WORK ITEM → Where a line below holds the string "degrees", that line goes into the answer.

DATA IN THIS EXERCISE →

"""

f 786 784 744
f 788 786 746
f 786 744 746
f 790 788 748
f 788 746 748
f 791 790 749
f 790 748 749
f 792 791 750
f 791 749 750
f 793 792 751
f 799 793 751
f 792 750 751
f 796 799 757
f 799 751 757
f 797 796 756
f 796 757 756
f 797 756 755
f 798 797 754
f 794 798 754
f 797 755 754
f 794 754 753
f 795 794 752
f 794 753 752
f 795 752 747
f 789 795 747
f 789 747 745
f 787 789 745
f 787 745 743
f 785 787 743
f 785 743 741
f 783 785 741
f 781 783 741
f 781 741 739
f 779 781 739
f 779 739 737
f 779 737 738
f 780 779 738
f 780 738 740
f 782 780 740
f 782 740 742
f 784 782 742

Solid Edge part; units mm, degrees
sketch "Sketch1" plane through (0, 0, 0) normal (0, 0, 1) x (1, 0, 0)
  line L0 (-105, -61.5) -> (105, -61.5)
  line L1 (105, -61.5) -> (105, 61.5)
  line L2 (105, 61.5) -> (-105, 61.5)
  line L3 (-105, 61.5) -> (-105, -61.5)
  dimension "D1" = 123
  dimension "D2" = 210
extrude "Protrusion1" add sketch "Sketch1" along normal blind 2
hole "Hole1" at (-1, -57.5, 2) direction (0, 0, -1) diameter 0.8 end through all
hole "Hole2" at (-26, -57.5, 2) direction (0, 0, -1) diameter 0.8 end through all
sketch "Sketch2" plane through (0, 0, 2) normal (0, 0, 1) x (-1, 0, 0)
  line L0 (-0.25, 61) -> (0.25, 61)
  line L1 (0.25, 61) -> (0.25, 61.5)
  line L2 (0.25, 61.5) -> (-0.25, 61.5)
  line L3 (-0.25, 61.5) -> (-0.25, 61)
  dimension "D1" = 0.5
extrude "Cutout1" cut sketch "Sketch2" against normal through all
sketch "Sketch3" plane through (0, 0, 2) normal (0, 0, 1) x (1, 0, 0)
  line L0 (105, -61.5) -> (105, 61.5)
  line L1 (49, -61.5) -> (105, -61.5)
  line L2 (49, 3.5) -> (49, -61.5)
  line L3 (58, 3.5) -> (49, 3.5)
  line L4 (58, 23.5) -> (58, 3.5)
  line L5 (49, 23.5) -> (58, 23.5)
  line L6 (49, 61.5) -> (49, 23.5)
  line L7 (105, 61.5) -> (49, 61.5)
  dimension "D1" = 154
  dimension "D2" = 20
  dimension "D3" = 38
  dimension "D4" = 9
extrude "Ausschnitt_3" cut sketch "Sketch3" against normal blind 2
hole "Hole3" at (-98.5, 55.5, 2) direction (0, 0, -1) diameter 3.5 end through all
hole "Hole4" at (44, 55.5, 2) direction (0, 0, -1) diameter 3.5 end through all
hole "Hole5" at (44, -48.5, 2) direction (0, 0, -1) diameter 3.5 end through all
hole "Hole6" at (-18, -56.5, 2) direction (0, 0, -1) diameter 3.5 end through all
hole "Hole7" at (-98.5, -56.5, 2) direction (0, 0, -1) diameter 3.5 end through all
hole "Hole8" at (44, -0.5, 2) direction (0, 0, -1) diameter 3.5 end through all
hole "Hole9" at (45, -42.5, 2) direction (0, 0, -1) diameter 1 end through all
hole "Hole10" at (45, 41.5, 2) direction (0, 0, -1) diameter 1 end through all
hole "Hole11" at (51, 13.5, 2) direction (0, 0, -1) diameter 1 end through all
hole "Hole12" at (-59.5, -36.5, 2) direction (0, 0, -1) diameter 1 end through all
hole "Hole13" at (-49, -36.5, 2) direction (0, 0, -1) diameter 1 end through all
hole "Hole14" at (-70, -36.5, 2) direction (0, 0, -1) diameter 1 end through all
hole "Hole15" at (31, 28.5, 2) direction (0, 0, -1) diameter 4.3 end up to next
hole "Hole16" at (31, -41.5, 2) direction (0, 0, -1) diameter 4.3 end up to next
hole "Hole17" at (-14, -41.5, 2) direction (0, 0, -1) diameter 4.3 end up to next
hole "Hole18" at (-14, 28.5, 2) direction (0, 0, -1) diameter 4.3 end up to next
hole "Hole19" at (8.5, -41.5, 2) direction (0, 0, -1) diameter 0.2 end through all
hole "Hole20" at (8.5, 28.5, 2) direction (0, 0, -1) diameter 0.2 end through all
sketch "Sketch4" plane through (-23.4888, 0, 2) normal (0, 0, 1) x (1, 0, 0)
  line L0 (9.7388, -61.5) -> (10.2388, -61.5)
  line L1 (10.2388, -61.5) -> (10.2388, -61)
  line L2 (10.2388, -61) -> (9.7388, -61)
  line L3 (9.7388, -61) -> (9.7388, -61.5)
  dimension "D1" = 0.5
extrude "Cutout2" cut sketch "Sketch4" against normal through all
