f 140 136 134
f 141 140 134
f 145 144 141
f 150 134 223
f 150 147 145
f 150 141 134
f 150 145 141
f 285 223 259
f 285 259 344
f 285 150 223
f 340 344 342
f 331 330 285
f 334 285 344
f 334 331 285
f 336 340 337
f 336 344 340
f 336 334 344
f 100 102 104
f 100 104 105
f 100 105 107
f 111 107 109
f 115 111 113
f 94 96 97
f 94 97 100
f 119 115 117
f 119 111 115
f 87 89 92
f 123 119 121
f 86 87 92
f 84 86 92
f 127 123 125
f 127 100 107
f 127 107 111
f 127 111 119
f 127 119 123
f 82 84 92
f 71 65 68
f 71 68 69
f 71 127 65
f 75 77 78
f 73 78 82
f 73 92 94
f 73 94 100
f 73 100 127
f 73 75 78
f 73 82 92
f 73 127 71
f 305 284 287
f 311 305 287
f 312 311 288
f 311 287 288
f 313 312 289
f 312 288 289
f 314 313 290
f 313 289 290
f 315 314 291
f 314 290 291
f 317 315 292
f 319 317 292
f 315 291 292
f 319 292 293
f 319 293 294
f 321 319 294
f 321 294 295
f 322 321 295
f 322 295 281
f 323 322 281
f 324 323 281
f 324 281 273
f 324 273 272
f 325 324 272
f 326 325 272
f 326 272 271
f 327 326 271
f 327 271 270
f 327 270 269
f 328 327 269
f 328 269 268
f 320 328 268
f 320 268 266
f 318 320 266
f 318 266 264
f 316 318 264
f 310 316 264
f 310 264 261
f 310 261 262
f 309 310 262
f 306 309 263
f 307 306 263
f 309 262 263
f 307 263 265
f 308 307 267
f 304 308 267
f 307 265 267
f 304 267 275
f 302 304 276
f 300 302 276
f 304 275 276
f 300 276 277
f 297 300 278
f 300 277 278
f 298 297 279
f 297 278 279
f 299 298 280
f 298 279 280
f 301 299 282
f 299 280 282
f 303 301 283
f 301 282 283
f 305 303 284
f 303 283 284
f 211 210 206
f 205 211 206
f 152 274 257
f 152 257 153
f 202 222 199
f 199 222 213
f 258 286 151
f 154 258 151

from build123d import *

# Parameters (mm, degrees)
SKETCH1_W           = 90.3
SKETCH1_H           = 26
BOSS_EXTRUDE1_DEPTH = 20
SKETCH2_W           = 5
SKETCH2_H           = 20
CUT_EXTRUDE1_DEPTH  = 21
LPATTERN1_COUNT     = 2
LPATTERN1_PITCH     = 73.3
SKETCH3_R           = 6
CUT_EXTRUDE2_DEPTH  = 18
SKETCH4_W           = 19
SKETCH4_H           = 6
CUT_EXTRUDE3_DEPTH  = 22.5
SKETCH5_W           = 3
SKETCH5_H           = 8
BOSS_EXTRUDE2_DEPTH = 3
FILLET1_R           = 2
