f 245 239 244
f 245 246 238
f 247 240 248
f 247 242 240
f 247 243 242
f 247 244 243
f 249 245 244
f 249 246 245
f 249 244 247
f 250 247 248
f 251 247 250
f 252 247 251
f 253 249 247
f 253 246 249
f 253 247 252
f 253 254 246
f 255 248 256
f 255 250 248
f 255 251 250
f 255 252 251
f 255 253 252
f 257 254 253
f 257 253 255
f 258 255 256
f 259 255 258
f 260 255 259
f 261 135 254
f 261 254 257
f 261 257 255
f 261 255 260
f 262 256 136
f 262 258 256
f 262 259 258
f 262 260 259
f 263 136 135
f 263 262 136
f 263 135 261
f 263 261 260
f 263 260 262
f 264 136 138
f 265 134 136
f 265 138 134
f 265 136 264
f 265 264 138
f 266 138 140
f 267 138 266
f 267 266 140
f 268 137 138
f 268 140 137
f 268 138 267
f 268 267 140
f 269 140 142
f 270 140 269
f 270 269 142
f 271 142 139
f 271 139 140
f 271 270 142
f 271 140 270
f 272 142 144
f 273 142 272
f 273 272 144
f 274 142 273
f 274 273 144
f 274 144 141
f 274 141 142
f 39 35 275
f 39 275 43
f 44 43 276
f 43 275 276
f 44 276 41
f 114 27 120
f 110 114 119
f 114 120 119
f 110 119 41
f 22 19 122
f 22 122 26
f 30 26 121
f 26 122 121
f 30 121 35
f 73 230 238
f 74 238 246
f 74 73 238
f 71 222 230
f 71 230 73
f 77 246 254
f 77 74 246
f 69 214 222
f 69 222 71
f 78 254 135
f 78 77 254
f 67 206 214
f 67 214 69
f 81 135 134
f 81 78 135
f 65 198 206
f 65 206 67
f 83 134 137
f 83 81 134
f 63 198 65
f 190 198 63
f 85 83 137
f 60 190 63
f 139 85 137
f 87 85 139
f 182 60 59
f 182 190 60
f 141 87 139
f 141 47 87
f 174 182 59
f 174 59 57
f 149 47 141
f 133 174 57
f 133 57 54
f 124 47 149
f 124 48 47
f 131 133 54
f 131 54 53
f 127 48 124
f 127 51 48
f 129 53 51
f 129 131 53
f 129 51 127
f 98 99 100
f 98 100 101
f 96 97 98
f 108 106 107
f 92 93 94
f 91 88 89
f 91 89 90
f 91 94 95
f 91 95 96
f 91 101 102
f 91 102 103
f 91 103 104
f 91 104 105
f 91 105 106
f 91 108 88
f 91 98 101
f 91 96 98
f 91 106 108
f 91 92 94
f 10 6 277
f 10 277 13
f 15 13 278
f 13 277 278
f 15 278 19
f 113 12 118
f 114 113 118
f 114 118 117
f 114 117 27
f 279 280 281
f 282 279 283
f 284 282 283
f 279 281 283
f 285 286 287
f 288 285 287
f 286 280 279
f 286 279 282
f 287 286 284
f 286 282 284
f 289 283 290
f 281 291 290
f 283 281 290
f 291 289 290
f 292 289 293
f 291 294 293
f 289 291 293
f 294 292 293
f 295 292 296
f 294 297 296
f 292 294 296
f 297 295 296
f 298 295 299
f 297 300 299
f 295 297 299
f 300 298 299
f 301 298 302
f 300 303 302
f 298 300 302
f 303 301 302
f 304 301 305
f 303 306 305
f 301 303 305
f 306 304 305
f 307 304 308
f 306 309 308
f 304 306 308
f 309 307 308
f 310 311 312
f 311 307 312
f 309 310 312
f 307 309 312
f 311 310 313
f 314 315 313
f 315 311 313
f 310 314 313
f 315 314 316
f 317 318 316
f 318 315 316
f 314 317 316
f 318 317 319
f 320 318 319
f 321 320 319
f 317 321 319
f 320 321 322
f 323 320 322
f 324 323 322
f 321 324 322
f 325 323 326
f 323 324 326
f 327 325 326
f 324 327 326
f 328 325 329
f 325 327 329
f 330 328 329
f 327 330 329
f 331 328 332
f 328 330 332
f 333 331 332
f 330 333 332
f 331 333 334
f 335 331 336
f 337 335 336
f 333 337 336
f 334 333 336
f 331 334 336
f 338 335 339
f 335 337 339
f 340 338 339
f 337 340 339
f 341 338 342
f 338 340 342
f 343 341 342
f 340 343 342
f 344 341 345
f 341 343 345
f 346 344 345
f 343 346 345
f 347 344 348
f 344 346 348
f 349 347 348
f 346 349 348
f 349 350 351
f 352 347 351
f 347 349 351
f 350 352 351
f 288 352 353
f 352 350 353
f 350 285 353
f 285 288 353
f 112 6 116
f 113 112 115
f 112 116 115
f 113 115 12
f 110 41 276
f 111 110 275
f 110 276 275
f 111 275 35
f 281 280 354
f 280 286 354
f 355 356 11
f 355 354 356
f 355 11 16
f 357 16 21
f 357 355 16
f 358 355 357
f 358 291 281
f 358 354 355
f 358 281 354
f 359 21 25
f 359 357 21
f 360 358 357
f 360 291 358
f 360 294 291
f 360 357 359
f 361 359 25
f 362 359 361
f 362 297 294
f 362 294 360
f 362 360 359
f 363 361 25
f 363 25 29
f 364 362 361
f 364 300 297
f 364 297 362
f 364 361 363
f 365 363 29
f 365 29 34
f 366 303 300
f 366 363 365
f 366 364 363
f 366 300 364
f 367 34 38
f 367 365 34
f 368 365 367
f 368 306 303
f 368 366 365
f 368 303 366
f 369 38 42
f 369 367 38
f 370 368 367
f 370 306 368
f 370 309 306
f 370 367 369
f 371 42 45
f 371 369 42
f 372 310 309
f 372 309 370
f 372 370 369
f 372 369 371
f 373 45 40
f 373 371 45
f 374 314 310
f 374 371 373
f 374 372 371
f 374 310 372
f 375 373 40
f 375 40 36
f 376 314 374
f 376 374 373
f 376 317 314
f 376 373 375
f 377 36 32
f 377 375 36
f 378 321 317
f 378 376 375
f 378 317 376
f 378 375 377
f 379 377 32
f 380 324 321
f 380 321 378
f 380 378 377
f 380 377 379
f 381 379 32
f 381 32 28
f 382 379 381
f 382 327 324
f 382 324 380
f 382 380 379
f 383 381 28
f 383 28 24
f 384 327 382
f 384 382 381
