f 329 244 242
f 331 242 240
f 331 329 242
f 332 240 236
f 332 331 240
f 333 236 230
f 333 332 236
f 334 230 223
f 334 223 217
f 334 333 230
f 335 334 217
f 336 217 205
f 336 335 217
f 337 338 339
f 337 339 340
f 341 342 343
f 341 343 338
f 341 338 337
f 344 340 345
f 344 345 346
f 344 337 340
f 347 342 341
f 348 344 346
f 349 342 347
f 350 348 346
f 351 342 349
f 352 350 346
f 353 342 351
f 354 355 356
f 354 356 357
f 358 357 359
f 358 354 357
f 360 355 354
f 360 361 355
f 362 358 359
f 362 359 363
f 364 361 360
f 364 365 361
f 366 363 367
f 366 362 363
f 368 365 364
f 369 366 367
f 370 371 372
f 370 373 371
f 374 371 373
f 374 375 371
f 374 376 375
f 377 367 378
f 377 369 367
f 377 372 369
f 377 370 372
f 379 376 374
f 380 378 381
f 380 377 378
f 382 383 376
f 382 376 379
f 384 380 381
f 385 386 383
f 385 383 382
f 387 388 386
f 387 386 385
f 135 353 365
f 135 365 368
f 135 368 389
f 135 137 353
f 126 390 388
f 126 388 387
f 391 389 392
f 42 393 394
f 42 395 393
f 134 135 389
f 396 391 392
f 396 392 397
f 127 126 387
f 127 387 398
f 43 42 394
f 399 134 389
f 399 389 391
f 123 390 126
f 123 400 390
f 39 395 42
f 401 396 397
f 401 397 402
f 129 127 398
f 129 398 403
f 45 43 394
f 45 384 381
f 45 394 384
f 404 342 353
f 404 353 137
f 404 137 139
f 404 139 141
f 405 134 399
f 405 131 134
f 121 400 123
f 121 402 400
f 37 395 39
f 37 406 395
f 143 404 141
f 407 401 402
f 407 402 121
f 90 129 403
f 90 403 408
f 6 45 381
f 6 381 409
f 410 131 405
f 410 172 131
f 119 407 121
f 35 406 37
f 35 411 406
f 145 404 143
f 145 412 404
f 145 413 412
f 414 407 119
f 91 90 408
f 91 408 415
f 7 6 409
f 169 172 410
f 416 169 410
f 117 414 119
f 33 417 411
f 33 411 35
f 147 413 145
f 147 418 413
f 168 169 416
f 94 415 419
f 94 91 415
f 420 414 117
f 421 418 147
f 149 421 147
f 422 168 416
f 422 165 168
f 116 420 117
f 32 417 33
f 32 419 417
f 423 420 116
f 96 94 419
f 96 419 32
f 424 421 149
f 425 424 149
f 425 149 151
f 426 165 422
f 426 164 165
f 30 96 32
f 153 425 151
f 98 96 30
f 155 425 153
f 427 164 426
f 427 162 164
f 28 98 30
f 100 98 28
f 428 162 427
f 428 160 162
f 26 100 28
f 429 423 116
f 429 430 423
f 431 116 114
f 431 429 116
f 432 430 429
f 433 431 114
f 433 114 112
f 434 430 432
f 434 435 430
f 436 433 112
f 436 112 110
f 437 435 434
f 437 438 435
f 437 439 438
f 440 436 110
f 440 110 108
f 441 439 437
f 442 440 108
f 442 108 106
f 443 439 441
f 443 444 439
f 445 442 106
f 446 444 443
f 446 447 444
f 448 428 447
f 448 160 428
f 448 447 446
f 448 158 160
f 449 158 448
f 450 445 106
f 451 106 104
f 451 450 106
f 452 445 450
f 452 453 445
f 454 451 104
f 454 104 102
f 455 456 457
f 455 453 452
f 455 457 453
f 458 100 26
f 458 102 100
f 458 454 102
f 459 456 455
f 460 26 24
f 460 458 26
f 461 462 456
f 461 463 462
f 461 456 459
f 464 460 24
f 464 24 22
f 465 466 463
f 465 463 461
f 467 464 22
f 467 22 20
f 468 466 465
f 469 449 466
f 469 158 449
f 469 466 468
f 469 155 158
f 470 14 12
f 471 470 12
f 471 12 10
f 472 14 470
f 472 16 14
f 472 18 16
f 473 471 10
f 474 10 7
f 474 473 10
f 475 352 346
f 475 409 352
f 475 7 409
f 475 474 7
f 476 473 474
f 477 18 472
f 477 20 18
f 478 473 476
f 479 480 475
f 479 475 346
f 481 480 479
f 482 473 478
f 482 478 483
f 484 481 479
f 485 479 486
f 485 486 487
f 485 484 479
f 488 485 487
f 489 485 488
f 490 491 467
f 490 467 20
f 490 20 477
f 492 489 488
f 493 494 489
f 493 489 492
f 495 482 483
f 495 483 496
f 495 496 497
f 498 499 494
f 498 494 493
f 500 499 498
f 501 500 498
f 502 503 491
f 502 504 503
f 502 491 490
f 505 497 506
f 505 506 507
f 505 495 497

"""

OUTPUT FOR THIS TASK →
Solid Edge part; units mm, degrees
# Parameters (mm, degrees)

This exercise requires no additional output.